> _Data under study_:
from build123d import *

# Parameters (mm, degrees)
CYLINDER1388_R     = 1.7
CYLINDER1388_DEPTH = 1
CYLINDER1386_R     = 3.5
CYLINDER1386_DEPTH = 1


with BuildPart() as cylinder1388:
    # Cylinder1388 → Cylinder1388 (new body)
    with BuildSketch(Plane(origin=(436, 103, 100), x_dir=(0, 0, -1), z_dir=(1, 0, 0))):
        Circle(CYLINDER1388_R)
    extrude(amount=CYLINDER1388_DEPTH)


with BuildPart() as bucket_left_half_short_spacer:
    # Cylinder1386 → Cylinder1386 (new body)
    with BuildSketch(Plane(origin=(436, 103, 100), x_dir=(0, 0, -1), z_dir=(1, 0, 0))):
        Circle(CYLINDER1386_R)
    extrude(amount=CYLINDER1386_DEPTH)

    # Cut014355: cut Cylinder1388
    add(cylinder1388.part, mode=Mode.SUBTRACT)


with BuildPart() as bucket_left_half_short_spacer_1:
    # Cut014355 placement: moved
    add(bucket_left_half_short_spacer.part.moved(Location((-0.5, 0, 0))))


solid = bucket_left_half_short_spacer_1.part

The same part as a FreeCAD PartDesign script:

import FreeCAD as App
import Part
import Sketcher

doc = App.newDocument("Part")
body = doc.addObject("PartDesign::Body", "Body")

# Sketch on YZ plane
sketch1 = body.newObject("Sketcher::SketchObject", "Sketch")
sketch1.AttachmentSupport = (doc.getObject("YZ_Plane"), [""])
sketch1.MapMode = "FlatFace"
sketch1.AttachmentOffset = App.Placement(App.Vector(0, 0, 436), App.Rotation())
sketch1.addGeometry(Part.Circle(App.Vector(103, 100, 0), App.Vector(0, 0, 1), 1.7), False)
sketch1.addConstraint(Sketcher.Constraint("Diameter", 0, 3.4))
sketch1.addConstraint(Sketcher.Constraint("DistanceX", -1, 1, 0, 3, 103.0))
sketch1.addConstraint(Sketcher.Constraint("DistanceY", -1, 1, 0, 3, 100.0))
pad1 = body.newObject("PartDesign::Pad", "Pad")
pad1.Profile = sketch1
pad1.Length = 1
body2 = doc.addObject("PartDesign::Body", "Body001")

# Sketch on YZ plane
sketch2 = body2.newObject("Sketcher::SketchObject", "Sketch001")
sketch2.AttachmentSupport = (doc.getObject("YZ_Plane001"), [""])
sketch2.MapMode = "FlatFace"
sketch2.AttachmentOffset = App.Placement(App.Vector(0, 0, 436), App.Rotation())
sketch2.addGeometry(Part.Circle(App.Vector(103, 100, 0), App.Vector(0, 0, 1), 3.5), False)
sketch2.addConstraint(Sketcher.Constraint("Diameter", 0, 7.0))
sketch2.addConstraint(Sketcher.Constraint("DistanceX", -1, 1, 0, 3, 103.0))
sketch2.addConstraint(Sketcher.Constraint("DistanceY", -1, 1, 0, 3, 100.0))
pad2 = body2.newObject("PartDesign::Pad", "Pad001")
pad2.Profile = sketch2
pad2.Length = 1
doc.recompute()

boolean = body2.newObject("PartDesign::Boolean", "Boolean")
boolean.Type = "Cut"
boolean.addObjects([body])
body3 = doc.addObject("PartDesign::Body", "Body002")
doc.recompute()

body2.Placement = App.Placement(App.Vector(-0.5, 0, 0), App.Rotation(App.Vector(0, 0, 1), 0))
boolean2 = body3.newObject("PartDesign::Boolean", "Boolean001")
boolean2.Type = "Fuse"
boolean2.addObjects([body2])

doc.recompute()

> _Aim of the task_: Retype all the records, matching them exactly.

> _The answer_:
from build123d import *

# Parameters (mm, degrees)
CYLINDER1388_R     = 1.7
CYLINDER1388_DEPTH = 1
CYLINDER1386_R     = 3.5
CYLINDER1386_DEPTH = 1


with BuildPart() as cylinder1388:
    # Cylinder1388 → Cylinder1388 (new body)
    with BuildSketch(Plane(origin=(436, 103, 100), x_dir=(0, 0, -1), z_dir=(1, 0, 0))):
        Circle(CYLINDER1388_R)
    extrude(amount=CYLINDER1388_DEPTH)


with BuildPart() as bucket_left_half_short_spacer:
    # Cylinder1386 → Cylinder1386 (new body)
    with BuildSketch(Plane(origin=(436, 103, 100), x_dir=(0, 0, -1), z_dir=(1, 0, 0))):
        Circle(CYLINDER1386_R)
    extrude(amount=CYLINDER1386_DEPTH)

    # Cut014355: cut Cylinder1388
    add(cylinder1388.part, mode=Mode.SUBTRACT)


with BuildPart() as bucket_left_half_short_spacer_1:
    # Cut014355 placement: moved
    add(bucket_left_half_short_spacer.part.moved(Location((-0.5, 0, 0))))


solid = bucket_left_half_short_spacer_1.part

The same part as a FreeCAD PartDesign script:

import FreeCAD as App
import Part
import Sketcher

doc = App.newDocument("Part")
body = doc.addObject("PartDesign::Body", "Body")

# Sketch on YZ plane
sketch1 = body.newObject("Sketcher::SketchObject", "Sketch")
sketch1.AttachmentSupport = (doc.getObject("YZ_Plane"), [""])
sketch1.MapMode = "FlatFace"
sketch1.AttachmentOffset = App.Placement(App.Vector(0, 0, 436), App.Rotation())
sketch1.addGeometry(Part.Circle(App.Vector(103, 100, 0), App.Vector(0, 0, 1), 1.7), False)
sketch1.addConstraint(Sketcher.Constraint("Diameter", 0, 3.4))
sketch1.addConstraint(Sketcher.Constraint("DistanceX", -1, 1, 0, 3, 103.0))
sketch1.addConstraint(Sketcher.Constraint("DistanceY", -1, 1, 0, 3, 100.0))
pad1 = body.newObject("PartDesign::Pad", "Pad")
pad1.Profile = sketch1
pad1.Length = 1
body2 = doc.addObject("PartDesign::Body", "Body001")

# Sketch on YZ plane
sketch2 = body2.newObject("Sketcher::SketchObject", "Sketch001")
sketch2.AttachmentSupport = (doc.getObject("YZ_Plane001"), [""])
sketch2.MapMode = "FlatFace"
sketch2.AttachmentOffset = App.Placement(App.Vector(0, 0, 436), App.Rotation())
sketch2.addGeometry(Part.Circle(App.Vector(103, 100, 0), App.Vector(0, 0, 1), 3.5), False)
sketch2.addConstraint(Sketcher.Constraint("Diameter", 0, 7.0))
sketch2.addConstraint(Sketcher.Constraint("DistanceX", -1, 1, 0, 3, 103.0))
sketch2.addConstraint(Sketcher.Constraint("DistanceY", -1, 1, 0, 3, 100.0))
pad2 = body2.newObject("PartDesign::Pad", "Pad001")
pad2.Profile = sketch2
pad2.Length = 1
doc.recompute()

boolean = body2.newObject("PartDesign::Boolean", "Boolean")
boolean.Type = "Cut"
boolean.addObjects([body])
body3 = doc.addObject("PartDesign::Body", "Body002")
doc.recompute()

body2.Placement = App.Placement(App.Vector(-0.5, 0, 0), App.Rotation(App.Vector(0, 0, 1), 0))
boolean2 = body3.newObject("PartDesign::Boolean", "Boolean001")
boolean2.Type = "Fuse"
boolean2.addObjects([body2])

doc.recompute()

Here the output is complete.